◆ **Exercise description**
Two lines in the listing below mark the span: one contains "arc A11 (4.6289, 8.2604)" and one contains "A parametric FreeCAD". Reproduce both of them and everything between, exactly.

◆ **Data to examine**
━━━━━━━━━━━━━━━━━━━━

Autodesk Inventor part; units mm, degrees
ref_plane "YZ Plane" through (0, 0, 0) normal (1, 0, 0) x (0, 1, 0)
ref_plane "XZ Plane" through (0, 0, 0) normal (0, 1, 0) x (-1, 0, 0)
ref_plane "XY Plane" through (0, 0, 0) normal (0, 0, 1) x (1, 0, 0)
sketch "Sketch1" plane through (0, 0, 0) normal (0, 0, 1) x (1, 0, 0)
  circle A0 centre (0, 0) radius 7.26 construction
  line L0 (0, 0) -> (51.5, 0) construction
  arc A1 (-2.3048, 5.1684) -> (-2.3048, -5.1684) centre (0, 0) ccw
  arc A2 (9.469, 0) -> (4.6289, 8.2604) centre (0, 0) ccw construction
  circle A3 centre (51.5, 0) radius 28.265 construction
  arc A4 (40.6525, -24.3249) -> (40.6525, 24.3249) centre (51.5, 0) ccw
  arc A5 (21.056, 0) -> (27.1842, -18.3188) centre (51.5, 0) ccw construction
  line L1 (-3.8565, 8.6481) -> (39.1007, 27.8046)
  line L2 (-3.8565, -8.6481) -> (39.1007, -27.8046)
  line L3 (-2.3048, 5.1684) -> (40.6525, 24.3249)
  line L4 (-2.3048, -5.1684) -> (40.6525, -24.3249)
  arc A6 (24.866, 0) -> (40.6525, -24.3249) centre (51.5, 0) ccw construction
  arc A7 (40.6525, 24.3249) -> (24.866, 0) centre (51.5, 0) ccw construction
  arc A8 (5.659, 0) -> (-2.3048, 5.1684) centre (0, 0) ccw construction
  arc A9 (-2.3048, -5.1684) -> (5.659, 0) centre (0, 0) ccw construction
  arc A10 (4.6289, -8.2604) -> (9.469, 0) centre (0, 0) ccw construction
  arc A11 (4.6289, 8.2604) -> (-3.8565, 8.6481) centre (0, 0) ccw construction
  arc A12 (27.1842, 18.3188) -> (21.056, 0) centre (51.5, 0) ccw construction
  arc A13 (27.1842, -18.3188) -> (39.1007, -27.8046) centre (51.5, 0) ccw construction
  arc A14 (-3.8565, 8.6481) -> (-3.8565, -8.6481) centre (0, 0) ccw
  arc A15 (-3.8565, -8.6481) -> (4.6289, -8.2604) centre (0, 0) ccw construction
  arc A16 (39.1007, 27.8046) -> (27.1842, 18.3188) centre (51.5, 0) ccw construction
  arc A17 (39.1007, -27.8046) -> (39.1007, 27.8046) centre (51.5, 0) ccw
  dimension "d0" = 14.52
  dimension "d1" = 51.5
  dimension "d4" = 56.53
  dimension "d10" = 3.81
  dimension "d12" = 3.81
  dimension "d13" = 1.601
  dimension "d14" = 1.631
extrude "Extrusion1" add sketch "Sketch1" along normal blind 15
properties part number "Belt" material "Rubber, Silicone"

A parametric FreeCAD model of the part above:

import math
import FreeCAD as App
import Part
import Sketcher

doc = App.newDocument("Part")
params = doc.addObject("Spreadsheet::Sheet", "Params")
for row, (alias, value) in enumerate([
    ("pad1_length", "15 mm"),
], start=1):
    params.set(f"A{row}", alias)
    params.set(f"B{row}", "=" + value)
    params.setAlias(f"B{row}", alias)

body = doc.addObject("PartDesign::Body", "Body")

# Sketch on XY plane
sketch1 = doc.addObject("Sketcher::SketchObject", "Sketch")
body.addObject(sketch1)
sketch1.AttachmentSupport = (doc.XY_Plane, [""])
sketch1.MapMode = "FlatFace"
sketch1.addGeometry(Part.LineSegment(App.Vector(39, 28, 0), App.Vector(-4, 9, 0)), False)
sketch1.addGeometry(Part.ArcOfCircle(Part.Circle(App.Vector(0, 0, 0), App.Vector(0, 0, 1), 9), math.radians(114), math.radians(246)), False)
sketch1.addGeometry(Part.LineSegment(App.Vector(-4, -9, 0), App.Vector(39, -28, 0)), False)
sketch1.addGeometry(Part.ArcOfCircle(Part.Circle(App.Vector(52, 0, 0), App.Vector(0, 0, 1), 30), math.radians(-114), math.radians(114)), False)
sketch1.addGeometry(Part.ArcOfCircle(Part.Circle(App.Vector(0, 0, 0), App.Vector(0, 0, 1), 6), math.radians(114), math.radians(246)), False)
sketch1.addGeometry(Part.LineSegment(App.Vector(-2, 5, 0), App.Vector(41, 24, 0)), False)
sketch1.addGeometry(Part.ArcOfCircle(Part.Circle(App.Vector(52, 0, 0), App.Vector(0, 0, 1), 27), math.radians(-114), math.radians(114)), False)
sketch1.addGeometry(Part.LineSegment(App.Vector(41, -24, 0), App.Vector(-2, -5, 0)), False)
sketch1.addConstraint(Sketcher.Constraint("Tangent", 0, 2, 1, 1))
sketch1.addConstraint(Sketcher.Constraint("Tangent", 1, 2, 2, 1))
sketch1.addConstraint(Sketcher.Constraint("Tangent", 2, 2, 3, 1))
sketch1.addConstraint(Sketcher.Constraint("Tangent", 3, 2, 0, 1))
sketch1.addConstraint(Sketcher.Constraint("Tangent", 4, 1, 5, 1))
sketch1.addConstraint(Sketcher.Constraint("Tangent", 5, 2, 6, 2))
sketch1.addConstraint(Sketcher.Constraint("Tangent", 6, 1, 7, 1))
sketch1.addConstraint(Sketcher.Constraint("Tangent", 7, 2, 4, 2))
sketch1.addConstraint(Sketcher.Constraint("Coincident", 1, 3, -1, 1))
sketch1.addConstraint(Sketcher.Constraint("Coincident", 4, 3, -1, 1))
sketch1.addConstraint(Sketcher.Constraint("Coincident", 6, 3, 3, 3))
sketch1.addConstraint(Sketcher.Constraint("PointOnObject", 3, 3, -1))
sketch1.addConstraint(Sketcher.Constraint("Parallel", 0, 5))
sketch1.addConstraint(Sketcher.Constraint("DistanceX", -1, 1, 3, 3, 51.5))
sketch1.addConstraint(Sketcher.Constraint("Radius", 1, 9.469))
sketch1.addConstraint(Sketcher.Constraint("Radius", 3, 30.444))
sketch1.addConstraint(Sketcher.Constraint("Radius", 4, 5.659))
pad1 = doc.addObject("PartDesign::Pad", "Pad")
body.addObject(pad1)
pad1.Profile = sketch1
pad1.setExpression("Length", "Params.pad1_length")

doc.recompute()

━━━━━━━━━━━━━━━━━━━━

◆ **Exercise answer**
  arc A11 (4.6289, 8.2604) -> (-3.8565, 8.6481) centre (0, 0) ccw construction
  arc A12 (27.1842, 18.3188) -> (21.056, 0) centre (51.5, 0) ccw construction
  arc A13 (27.1842, -18.3188) -> (39.1007, -27.8046) centre (51.5, 0) ccw construction
  arc A14 (-3.8565, 8.6481) -> (-3.8565, -8.6481) centre (0, 0) ccw
  arc A15 (-3.8565, -8.6481) -> (4.6289, -8.2604) centre (0, 0) ccw construction
  arc A16 (39.1007, 27.8046) -> (27.1842, 18.3188) centre (51.5, 0) ccw construction
  arc A17 (39.1007, -27.8046) -> (39.1007, 27.8046) centre (51.5, 0) ccw
  dimension "d0" = 14.52
  dimension "d1" = 51.5
  dimension "d4" = 56.53
  dimension "d10" = 3.81
  dimension "d12" = 3.81
  dimension "d13" = 1.601
  dimension "d14" = 1.631
extrude "Extrusion1" add sketch "Sketch1" along normal blind 15
properties part number "Belt" material "Rubber, Silicone"

A parametric FreeCAD model of the part above:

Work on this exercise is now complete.